From Ashes Rise - Reaction


https://www.youtube.com/watch?v=rImYK4fuzzo



uvm.


----------



## rabit (20. Dezember 2009)

nicht mein fall


----------



## netheral (23. Dezember 2009)

Väinämöinen schrieb:


> Und wenn Metaller eins sind, dann ist das konservativ, jedenfalls was Metal angeht.


Nicht alle. 
Naja... im Grunde bin ich ein Metaller, bin in der hinsicht jedoch vorurteilsfrei, habe gerne frischen Wind im Genre und bin wohl deshalb einfach nur untrve. 

_ (Ich kenne wirklich Leute, die son gehacksele wie Slayer hören, obwohl sie es nicht mögen, nur um trve zu sein. Nix gegen solche Bands, aber ich kenne eine andere Band, die gehyped wird, obwohl ihre Musik etwa gleich gut wie die von Slayer ist (imho). Die Initialien lauten TH. )_

Ums mal so zu sagen: Ich finde die Leute mit ihrer "true und nicht true" Einstellung leicht untrue. 

Und was das Anfeinden angeht: Irgendwelche Leute gibts doch immer. Hast du lange Haare und trägst ein Bandshirt, bist du Satanist.
Trägst du dazu noch z.B. ein Shirt von Amon Amarth, bist du dazu noch ein Nazi.
Und sobald du dazu schwarze Haare hast, bist du ein Grufti, der Kinder quält.
Kaum hörst du Hip-Hop, bist du ein asozialer Macho, der Wände beschmiert.
Bei Elektro hast du eh einen Schlag weg. Wer hört denn sowas?
Tja und die Emos, die Ritzen sich doch eh alle und weinen sich jeden Abend in den Schlaf.
Ok, zu Tokio Hotel schreibe ich nichts, da habe ich selbst so meine Vorurteile, ich bin eben auch nur ein Mensch. :p

Das ist wohl unsere hochinteligente Gesellschaft. Lauter Vorurteile, wo du auch immer hinguckst... Es nervt irgendwann...


----------



## Shi (23. Dezember 2009)

Finde es *******, ich hör lieber (Oldschool)-Thrash-, Death- oder Heavy Metal, und Grind
Slayer ist übrigens meine Lieblingsband. Das ist noch Metal.


----------



## Gelöscher Account 0002 (23. Dezember 2009)

Shi schrieb:


> Finde es *******... Grind



Grind hat ja auch gar nix mit der ******* zu tun.


----------



## XSilence (24. März 2010)

metalcore is wundervoll ♥
bestes beispiel dafür is meiner ansicht nach Alexisonfire(sind jedoch was etwas anderes als metalcore aber trotzdem geil und ähnlich^^ ;D)


----------



## CrimsoN 2.0 (19. August 2010)

Was ich seit letzten für mich entdenkt habe ist Hardcore finde das Kling einfach mal Hammer mässig und es ist auch eine Musik die was aus sagt.

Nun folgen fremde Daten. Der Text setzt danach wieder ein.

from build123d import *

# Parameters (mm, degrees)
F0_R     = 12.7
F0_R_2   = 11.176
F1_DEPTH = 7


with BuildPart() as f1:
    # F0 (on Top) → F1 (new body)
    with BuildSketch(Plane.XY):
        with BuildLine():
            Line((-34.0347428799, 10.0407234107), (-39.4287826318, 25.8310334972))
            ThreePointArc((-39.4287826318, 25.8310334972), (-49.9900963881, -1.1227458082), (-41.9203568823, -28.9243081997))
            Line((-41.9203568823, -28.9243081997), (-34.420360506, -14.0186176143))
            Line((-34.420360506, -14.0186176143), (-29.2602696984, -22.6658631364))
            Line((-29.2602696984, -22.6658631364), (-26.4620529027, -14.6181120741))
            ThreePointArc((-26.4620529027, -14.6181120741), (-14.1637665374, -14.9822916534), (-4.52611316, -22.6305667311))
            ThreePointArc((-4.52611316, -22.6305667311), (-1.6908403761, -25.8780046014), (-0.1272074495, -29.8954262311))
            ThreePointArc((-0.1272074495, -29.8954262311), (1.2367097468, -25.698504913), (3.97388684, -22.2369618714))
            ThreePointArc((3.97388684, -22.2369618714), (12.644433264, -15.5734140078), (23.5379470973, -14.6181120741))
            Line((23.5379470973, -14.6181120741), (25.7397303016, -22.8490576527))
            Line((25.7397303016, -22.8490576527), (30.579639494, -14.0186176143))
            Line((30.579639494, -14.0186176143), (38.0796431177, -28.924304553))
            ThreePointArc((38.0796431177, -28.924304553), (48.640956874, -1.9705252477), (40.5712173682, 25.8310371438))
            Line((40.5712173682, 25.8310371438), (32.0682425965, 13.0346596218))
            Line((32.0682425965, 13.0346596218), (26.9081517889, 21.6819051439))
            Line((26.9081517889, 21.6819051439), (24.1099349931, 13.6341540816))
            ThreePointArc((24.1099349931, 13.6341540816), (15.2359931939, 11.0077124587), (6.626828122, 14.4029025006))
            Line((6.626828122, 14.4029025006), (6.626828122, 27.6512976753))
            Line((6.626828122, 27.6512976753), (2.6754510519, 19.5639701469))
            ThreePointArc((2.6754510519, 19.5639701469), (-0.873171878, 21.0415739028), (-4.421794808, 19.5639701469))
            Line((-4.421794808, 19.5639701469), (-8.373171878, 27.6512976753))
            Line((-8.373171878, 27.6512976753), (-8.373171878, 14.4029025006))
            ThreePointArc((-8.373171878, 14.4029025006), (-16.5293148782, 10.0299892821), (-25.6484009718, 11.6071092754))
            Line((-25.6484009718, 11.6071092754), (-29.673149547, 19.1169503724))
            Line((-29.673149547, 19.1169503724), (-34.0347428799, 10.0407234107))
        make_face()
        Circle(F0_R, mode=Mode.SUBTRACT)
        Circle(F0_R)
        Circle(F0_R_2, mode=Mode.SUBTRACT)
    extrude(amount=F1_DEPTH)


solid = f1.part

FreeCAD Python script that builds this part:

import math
import FreeCAD as App
import Part
import Sketcher
from FreeCAD import Vector

doc = App.newDocument("Part")
body = doc.addObject("PartDesign::Body", "Body")

sketch1 = body.newObject("Sketcher::SketchObject", "Sketch")
sketch1.AttachmentSupport = (doc.getObject("XY_Plane"), [""])
sketch1.MapMode = "FlatFace"
sketch1.addGeometry(Part.LineSegment(Vector(-34, 10, 0), Vector(-39, 26, 0)), False)
sketch1.addGeometry(Part.ArcOfCircle(Part.Circle(Vector(-5, -3, 0), Vector(0, 0, 1), 45), math.radians(140), math.radians(215)), False)
sketch1.addGeometry(Part.LineSegment(Vector(-42, -29, 0), Vector(-34, -14, 0)), False)
sketch1.addGeometry(Part.LineSegment(Vector(-34, -14, 0), Vector(-29, -23, 0)), False)
sketch1.addGeometry(Part.LineSegment(Vector(-29, -23, 0), Vector(-26, -15, 0)), False)
sketch1.addGeometry(Part.ArcOfCircle(Part.Circle(Vector(-21, -33, 0), Vector(0, 0, 1), 20), math.radians(33), math.radians(107)), False)
sketch1.addGeometry(Part.ArcOfCircle(Part.Circle(Vector(-12, -32, 0), Vector(0, 0, 1), 13), math.radians(11), math.radians(51)), False)
sketch1.addGeometry(Part.ArcOfCircle(Part.Circle(Vector(12, -32, 0), Vector(0, 0, 1), 13), math.radians(131), math.radians(172)), False)
sketch1.addGeometry(Part.ArcOfCircle(Part.Circle(Vector(20, -34, 0), Vector(0, 0, 1), 20), math.radians(79), math.radians(144)), False)
sketch1.addGeometry(Part.LineSegment(Vector(24, -15, 0), Vector(26, -23, 0)), False)
sketch1.addGeometry(Part.LineSegment(Vector(26, -23, 0), Vector(31, -14, 0)), False)
sketch1.addGeometry(Part.LineSegment(Vector(31, -14, 0), Vector(38, -29, 0)), False)
sketch1.addGeometry(Part.ArcOfCircle(Part.Circle(Vector(4, 0, 0), Vector(0, 0, 1), 45), math.radians(-40), math.radians(35)), False)
sketch1.addGeometry(Part.LineSegment(Vector(41, 26, 0), Vector(32, 13, 0)), False)
sketch1.addGeometry(Part.LineSegment(Vector(32, 13, 0), Vector(27, 22, 0)), False)
sketch1.addGeometry(Part.LineSegment(Vector(27, 22, 0), Vector(24, 14, 0)), False)
sketch1.addGeometry(Part.ArcOfCircle(Part.Circle(Vector(16, 25, 0), Vector(0, 0, 1), 14), math.radians(-131), math.radians(-55)), False)
sketch1.addGeometry(Part.LineSegment(Vector(7, 14, 0), Vector(7, 28, 0)), False)
sketch1.addGeometry(Part.LineSegment(Vector(7, 28, 0), Vector(3, 20, 0)), False)
sketch1.addGeometry(Part.ArcOfCircle(Part.Circle(Vector(-1, 16, 0), Vector(0, 0, 1), 5), math.radians(45), math.radians(135)), False)
sketch1.addGeometry(Part.LineSegment(Vector(-4, 20, 0), Vector(-8, 28, 0)), False)
sketch1.addGeometry(Part.LineSegment(Vector(-8, 28, 0), Vector(-8, 14, 0)), False)
sketch1.addGeometry(Part.ArcOfCircle(Part.Circle(Vector(-19, 24, 0), Vector(0, 0, 1), 14), math.radians(-119), math.radians(-43)), False)
sketch1.addGeometry(Part.LineSegment(Vector(-26, 12, 0), Vector(-30, 19, 0)), False)
sketch1.addGeometry(Part.LineSegment(Vector(-30, 19, 0), Vector(-34, 10, 0)), False)
sketch1.addGeometry(Part.Circle(Vector(0, 0, 0), Vector(0, 0, 1), 11), False)
sketch1.addConstraint(Sketcher.Constraint("Coincident", 0, 2, 1, 1))
sketch1.addConstraint(Sketcher.Constraint("Coincident", 1, 2, 2, 1))
sketch1.addConstraint(Sketcher.Constraint("Coincident", 2, 2, 3, 1))
sketch1.addConstraint(Sketcher.Constraint("Coincident", 3, 2, 4, 1))
sketch1.addConstraint(Sketcher.Constraint("Coincident", 4, 2, 5, 2))
sketch1.addConstraint(Sketcher.Constraint("Coincident", 5, 1, 6, 2))
sketch1.addConstraint(Sketcher.Constraint("Coincident", 6, 1, 7, 2))
sketch1.addConstraint(Sketcher.Constraint("Coincident", 7, 1, 8, 2))
sketch1.addConstraint(Sketcher.Constraint("Coincident", 8, 1, 9, 1))
sketch1.addConstraint(Sketcher.Constraint("Coincident", 9, 2, 10, 1))
sketch1.addConstraint(Sketcher.Constraint("Coincident", 10, 2, 11, 1))
sketch1.addConstraint(Sketcher.Constraint("Coincident", 11, 2, 12, 1))
sketch1.addConstraint(Sketcher.Constraint("Coincident", 12, 2, 13, 1))
sketch1.addConstraint(Sketcher.Constraint("Coincident", 13, 2, 14, 1))
sketch1.addConstraint(Sketcher.Constraint("Coincident", 14, 2, 15, 1))
sketch1.addConstraint(Sketcher.Constraint("Coincident", 15, 2, 16, 2))
sketch1.addConstraint(Sketcher.Constraint("Coincident", 16, 1, 17, 1))
sketch1.addConstraint(Sketcher.Constraint("Coincident", 17, 2, 18, 1))
sketch1.addConstraint(Sketcher.Constraint("Coincident", 18, 2, 19, 1))
sketch1.addConstraint(Sketcher.Constraint("Coincident", 19, 2, 20, 1))
sketch1.addConstraint(Sketcher.Constraint("Coincident", 20, 2, 21, 1))
sketch1.addConstraint(Sketcher.Constraint("Coincident", 21, 2, 22, 2))
sketch1.addConstraint(Sketcher.Constraint("Coincident", 22, 1, 23, 1))
sketch1.addConstraint(Sketcher.Constraint("Coincident", 23, 2, 24, 1))
sketch1.addConstraint(Sketcher.Constraint("Coincident", 24, 2, 0, 1))
sketch1.addConstraint(Sketcher.Constraint("Vertical", 17))
sketch1.addConstraint(Sketcher.Constraint("Vertical", 21))
sketch1.addConstraint(Sketcher.Constraint("Coincident", 25, 3, -1, 1))
sketch1.addConstraint(Sketcher.Constraint("Equal", 6, 7))
sketch1.addConstraint(Sketcher.Constraint("Equal", 5, 8))
sketch1.addConstraint(Sketcher.Constraint("Equal", 1, 12))
sketch1.addConstraint(Sketcher.Constraint("Equal", 16, 22))
sketch1.addConstraint(Sketcher.Constraint("Parallel", 3, 14))
sketch1.addConstraint(Sketcher.Constraint("Parallel", 4, 15))
sketch1.addConstraint(Sketcher.Constraint("Horizontal", 4, 2, 8, 1))
sketch1.addConstraint(Sketcher.Constraint("Horizontal", 2, 2, 10, 2))
sketch1.addConstraint(Sketcher.Constraint("Horizontal", 18, 2, 19, 2))
sketch1.addConstraint(Sketcher.Constraint("Horizontal", 17, 2, 20, 2))
sketch1.addConstraint(Sketcher.Constraint("Horizontal", 16, 1, 21, 2))
sketch1.addConstraint(Sketcher.Constraint("Equal", 0, 2))
sketch1.addConstraint(Sketcher.Constraint("Equal", 4, 9))
sketch1.addConstraint(Sketcher.Constraint("Equal", 3, 10))
sketch1.addConstraint(Sketcher.Constraint("Equal", 2, 11))
sketch1.addConstraint(Sketcher.Constraint("Equal", 10, 14))
sketch1.addConstraint(Sketcher.Constraint("Equal", 9, 15))
sketch1.addConstraint(Sketcher.Constraint("Equal", 18, 20))
sketch1.addConstraint(Sketcher.Constraint("Equal", 15, 23))
sketch1.addConstraint(Sketcher.Constraint("Equal", 14, 24))
sketch1.addConstraint(Sketcher.Constraint("Radius", 19, 5.0))
sketch1.addConstraint(Sketcher.Constraint("Diameter", 25, 22.352))
sketch1.addConstraint(Sketcher.Constraint("DistanceX", 20, 2, 17, 2, 15.0))
sketch1.addConstraint(Sketcher.Constraint("DistanceX", 5, 1, 7, 1, 8.5))
sketch1.addConstraint(Sketcher.Constraint("Radius", 5, 19.520859))
sketch1.addConstraint(Sketcher.Constraint("Radius", 1, 44.934727))
sketch1.addConstraint(Sketcher.Constraint("Radius", 6, 12.501533))
sketch1.addConstraint(Sketcher.Constraint("Radius", 16, 14.209166))
sketch1.addConstraint(Sketcher.Constraint("DistanceX", 1, 3, 16, 3, 20.961999))
sketch1.addConstraint(Sketcher.Constraint("DistanceX", 3, 2, 5, 3, 8.398999))
sketch1.addConstraint(Sketcher.Constraint("DistanceX", 22, 1, -1, 1, 25.648401))
sketch1.addConstraint(Sketcher.Constraint("DistanceX", 12, 3, 16, 3, 12.107501))
sketch1.addConstraint(Sketcher.Constraint("DistanceY", 12, 3, 16, 3, 25.131102))
sketch1.addConstraint(Sketcher.Constraint("DistanceX", 1, 2, 6, 3, 29.535598))
sketch1.addConstraint(Sketcher.Constraint("DistanceX", 2, 2, 6, 3, 22.035602))
sketch1.addConstraint(Sketcher.Constraint("DistanceY", 8, 3, 8, 1, 19.145501))
sketch1.addConstraint(Sketcher.Constraint("DistanceY", 12, 3, 13, 2, 12.962599))
sketch1.addConstraint(Sketcher.Constraint("DistanceY", 23, 2, 22, 3, 4.939702))
sketch1.addConstraint(Sketcher.Constraint("Distance", 0, 16.686209))
sketch1.addConstraint(Sketcher.Constraint("Distance", 13, 15.363849))
sketch1.addConstraint(Sketcher.Constraint("DistanceY", 17, 1, 17, 2, 13.248395))
sketch1.addConstraint(Sketcher.Constraint("DistanceX", 1, 3, -1, 1, 5.101818))
sketch1.addConstraint(Sketcher.Constraint("DistanceY", 1, 3, -1, 1, 3.165332))
sketch1.addConstraint(Sketcher.Constraint("DistanceX", 5, 3, -1, 1, 20.86127))
sketch1.addConstraint(Sketcher.Constraint("DistanceY", 5, 3, -1, 1, 33.31825))
sketch1.addConstraint(Sketcher.Constraint("DistanceX", 6, 3, -1, 1, 12.384759))
sketch1.addConstraint(Sketcher.Constraint("DistanceY", 6, 3, -1, 1, 32.353221))
sketch1.addConstraint(Sketcher.Constraint("DistanceX", -1, 1, 7, 3, 12.257551))
sketch1.addConstraint(Sketcher.Constraint("DistanceX", -1, 1, 8, 3, 19.728259))
sketch1.addConstraint(Sketcher.Constraint("DistanceY", -1, 1, 12, 3, 0.07206))
sketch1.addConstraint(Sketcher.Constraint("DistanceX", 19, 3, -1, 1, 0.873172))
sketch1.addConstraint(Sketcher.Constraint("DistanceY", -1, 1, 22, 3, 24.056652))
sketch1.addConstraint(Sketcher.Constraint("DistanceY", 7, 1, -1, 1, 22.236962))
sketch1.addConstraint(Sketcher.Constraint("DistanceX", -1, 1, 9, 2, 25.73973))
sketch1.addConstraint(Sketcher.Constraint("DistanceX", -1, 1, 18, 2, 2.675451))
sketch1.addConstraint(Sketcher.Constraint("DistanceY", -1, 1, 18, 2, 19.56397))
sketch1.addConstraint(Sketcher.Constraint("DistanceX", 23, 2, -1, 1, 29.67315))
sketch1.addConstraint(Sketcher.Constraint("DistanceY", 22, 3, 0, 2, 1.774382))
pad1 = body.newObject("PartDesign::Pad", "Pad")
pad1.Profile = sketch1
pad1.Length = 7

doc.recompute()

https://www.youtube.com/watch?v=qy-ks58vpt0



MalkavianChild schrieb:


> Sorry, aber Moshpits finde ich ist das  hirnloseste was jemals im Metal Genre "erfunden" wurde.
> 
> Wenn ich auf ein Konzert gehe, dann will ich mir die Musik anhören, evtl  headbangen, aber hab keine Lust das einige Möchtegern-Bruce-Lee's ihre  Agressionen ausleben.



Das kann ich mal net so Stehen lassen^^

Moshen ist einfach mal echt geil da man da echt alles was einen Nervt oder ärgert raus lassen kann. Moshe selbst zu hause wenn mir was auf sack geht. Das wird Parkway Drive rein gehauen und los gehst. Auf Konztern hast du teil weiße recht. Finde es nur sinnlos wenn die nur durch die mass sich hauen. Wenn jeder sein Stück zu  moshen hat is das oki ! Aber sich sinnlos auf die Fresse zu hauen ist auch nicht meins.

Mit Moshen lässt sich auch Geld verdienen xD
https://www.youtube.com/watch?v=7xLLrg8dLAE


----------



## Lartens (19. August 2010)

Ich glaube ich bin zu alt für diese Welt.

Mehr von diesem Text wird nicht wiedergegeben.